I wonder if I’ve learned how useless it is to ask for help. People rarely seem
to understand me, even if they can appreciate the jokes or just before the
resentment for the work kicks in. My buddy’s dad said, “I wish you guys would
have called me.” We have, a dozen times, and with him not on site, he’d either
offer advice that didn’t quite fit, or we couldn’t make sense of it. He flirted
with changing the decided-on wall color. It was suggested that the floor I laid
down in the kitchen would need to be pulled up to accommodate where the
cabinets would sit. This has been an emotionally traumatic roller coaster. It’s
not because of the work in and of itself, but because my face is pressed right
up against a burning “What is the work for!?” sign, and I’m not coming up with
good, emotionally gratifying and consistent answers.
There’s always the “one day” narrative. I know “intellectually” how things can
play out if we crank out a nice house and I learn to match the “right
aesthetic.” It gets a little less fun and meaningful at that point. It feels
less like learning and more like the same parody of “professional”
environments. It’s not lost on me that this house should in no way resemble
mine for a “normal” market, but I return to, it’s not like I’m getting paid for
my time, and by the time I do, I’ll have made considerably less than minimum
wage. I’m dealing in a certain kind of “promise” currency, in which I promise
to keep myself available and working indefinitely, and they promise around the
time I’m in my late 30s maybe early 40s, I’ll have everything I expected of myself
by 30, and maybe 5-10 grand in 10 months.

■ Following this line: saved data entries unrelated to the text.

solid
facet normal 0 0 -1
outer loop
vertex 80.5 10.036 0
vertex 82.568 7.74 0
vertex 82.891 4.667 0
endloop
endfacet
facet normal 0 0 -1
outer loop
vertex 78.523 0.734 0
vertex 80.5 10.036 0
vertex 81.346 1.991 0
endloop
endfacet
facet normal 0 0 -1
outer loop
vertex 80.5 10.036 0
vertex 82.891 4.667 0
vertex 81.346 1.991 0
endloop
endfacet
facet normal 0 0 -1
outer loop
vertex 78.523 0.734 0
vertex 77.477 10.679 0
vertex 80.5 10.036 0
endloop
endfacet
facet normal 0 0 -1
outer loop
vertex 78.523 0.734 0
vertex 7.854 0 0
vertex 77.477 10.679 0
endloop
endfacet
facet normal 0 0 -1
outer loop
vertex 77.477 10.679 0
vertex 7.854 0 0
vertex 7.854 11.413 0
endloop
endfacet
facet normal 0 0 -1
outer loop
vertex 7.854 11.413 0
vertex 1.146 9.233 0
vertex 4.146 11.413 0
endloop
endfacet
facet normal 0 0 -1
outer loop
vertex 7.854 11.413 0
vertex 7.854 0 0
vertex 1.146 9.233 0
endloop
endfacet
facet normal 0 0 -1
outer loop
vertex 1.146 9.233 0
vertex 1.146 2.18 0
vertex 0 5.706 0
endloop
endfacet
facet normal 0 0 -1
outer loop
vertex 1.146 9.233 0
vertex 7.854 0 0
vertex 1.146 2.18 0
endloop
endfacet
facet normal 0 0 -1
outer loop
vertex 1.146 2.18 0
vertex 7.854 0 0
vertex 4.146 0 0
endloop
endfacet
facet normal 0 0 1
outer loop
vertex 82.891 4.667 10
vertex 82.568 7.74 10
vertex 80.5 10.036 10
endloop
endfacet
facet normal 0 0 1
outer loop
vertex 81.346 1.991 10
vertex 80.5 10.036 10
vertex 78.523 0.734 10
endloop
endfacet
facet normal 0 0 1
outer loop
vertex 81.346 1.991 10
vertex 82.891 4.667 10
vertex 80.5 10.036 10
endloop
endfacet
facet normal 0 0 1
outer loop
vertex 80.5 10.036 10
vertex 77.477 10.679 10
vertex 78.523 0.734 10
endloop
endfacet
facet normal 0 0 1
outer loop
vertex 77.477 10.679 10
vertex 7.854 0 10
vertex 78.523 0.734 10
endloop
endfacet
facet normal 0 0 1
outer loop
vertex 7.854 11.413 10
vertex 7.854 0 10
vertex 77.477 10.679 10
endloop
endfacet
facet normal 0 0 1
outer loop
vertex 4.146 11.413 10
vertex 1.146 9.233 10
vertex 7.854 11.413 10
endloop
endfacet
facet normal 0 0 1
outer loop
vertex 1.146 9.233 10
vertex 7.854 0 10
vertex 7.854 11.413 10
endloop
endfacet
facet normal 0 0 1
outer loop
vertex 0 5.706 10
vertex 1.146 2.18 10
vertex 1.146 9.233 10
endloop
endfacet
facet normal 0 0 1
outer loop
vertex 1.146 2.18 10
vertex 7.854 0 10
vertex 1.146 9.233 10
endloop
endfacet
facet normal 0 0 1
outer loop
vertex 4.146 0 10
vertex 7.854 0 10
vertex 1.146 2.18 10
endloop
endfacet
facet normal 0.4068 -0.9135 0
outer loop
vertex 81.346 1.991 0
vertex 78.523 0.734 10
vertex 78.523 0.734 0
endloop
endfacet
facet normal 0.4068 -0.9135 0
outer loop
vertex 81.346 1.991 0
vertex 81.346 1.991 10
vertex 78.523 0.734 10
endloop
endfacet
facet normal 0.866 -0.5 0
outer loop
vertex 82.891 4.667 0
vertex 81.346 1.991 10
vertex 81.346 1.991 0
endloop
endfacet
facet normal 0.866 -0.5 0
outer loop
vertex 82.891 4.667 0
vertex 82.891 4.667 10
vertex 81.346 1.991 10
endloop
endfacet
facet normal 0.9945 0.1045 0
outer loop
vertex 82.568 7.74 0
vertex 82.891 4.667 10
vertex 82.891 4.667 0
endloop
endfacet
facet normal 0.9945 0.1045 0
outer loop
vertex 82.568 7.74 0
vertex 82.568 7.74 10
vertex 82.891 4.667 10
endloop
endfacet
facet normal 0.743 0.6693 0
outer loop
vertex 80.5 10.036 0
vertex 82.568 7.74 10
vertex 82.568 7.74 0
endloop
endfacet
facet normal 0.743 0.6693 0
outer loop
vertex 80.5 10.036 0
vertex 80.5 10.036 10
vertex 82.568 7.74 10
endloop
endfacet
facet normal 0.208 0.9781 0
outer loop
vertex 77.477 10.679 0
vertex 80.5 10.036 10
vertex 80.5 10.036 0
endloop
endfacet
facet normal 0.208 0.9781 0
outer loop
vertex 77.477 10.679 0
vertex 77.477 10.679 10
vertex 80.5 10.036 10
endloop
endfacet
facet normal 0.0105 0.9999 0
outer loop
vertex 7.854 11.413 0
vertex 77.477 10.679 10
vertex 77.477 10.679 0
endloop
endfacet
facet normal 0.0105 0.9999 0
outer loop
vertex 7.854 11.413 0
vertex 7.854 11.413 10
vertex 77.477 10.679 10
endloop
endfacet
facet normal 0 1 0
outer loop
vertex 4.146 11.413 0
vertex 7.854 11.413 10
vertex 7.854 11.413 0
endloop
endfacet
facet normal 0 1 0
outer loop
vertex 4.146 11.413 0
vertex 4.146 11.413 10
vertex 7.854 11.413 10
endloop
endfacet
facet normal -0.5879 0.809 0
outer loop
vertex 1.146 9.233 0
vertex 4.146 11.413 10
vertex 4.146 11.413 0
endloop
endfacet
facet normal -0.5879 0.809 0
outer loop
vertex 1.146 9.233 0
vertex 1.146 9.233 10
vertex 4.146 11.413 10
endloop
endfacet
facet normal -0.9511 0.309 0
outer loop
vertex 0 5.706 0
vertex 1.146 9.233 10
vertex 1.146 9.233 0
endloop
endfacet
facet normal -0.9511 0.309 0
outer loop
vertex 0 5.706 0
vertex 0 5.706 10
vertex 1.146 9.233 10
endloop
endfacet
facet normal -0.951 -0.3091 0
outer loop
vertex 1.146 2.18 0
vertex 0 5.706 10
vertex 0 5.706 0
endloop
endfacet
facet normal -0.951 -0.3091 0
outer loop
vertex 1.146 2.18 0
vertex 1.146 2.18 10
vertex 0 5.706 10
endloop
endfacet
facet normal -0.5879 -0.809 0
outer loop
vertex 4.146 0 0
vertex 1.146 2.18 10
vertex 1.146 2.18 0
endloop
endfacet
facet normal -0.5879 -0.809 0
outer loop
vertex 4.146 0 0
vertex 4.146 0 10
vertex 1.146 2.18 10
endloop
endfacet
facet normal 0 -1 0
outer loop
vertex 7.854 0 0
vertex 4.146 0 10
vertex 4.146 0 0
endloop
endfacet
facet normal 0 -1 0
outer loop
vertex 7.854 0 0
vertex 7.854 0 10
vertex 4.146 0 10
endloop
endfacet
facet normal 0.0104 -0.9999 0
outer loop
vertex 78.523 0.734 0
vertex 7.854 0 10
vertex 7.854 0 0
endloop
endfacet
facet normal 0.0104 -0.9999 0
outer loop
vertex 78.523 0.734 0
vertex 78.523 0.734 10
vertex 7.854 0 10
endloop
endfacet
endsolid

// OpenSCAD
$fn = 32;

// ----------------------------------------------------------------------
// Lever arm: two bosses 12 and 8 mm, 45 mm between centres
// ----------------------------------------------------------------------

// --- parameters (mm) ---
profile_height = 10;      // extrusion height
profile_points = 13;      // points of the closed outline

profile = [[0, 5.706], [1.146, 2.18], [4.146, 0], [7.854, 0], [78.523, 0.734], [81.346, 1.991], [82.891, 4.667], [82.568, 7.74], [80.5, 10.036], [77.477, 10.679], [7.854, 11.413], [4.146, 11.413], [1.146, 9.233]];  // single closed polygon, 13 points, counter clockwise

// --- the one profile operation ---
linear_extrude(height = profile_height) polygon(points = profile);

Man does not eat faith, hope, and dreams. I have zero real genuine belief or
inclination my buddy nor his family would fuck me or are less than sincere or
capable of supporting what we might become. I’m still poor, and my inability to
find a satisfactory monetary path makes the idea of tearing down what I’ve been
working on all the more searingly painful. The idea that I’ve lent myself to
this task over one just as important and potentially lucrative and revolutionary
in how I wish to construct it, starts to feel like I’ve betrayed myself or have
been incredibly naïve, again, to make such a large bet on something I don’t
understand.
I need structure. The unfortunate reality is that it will most likely be imposed
by another stultifying transitory work environment. Whatever guilt I might
conjure for not having done “enough” in service to any of my chosen stressors
will get to compound in the hours I’m driving or stacking or taking direction
from someone born to be middle-management. Are we in it together? Am I not
persuaded that it’s my burden, nay, responsibility, to weather every critical
review or unintelligible insurance form? I have to keep myself warm, even if
the cats are quick to jump in next to me. Who am I kidding? They’re first to
jump on top.
Monday, January 3, 2022
[941] Centered
I need to get centered. There's a certain undefinable point I feel you reach in life where nothing you say, pretty much ever, gets to be classified as anything beyond a kind of indulgent bitching. At the same time, there are credible problems everyone faces, at all times, be they pertaining to health, social environments, or the struggle against whatever constitutes an unforgiving and unrelenting existence. Maybe some day I'll stop qualifying my need to vent and organize at the top of blogs. Today is not that day.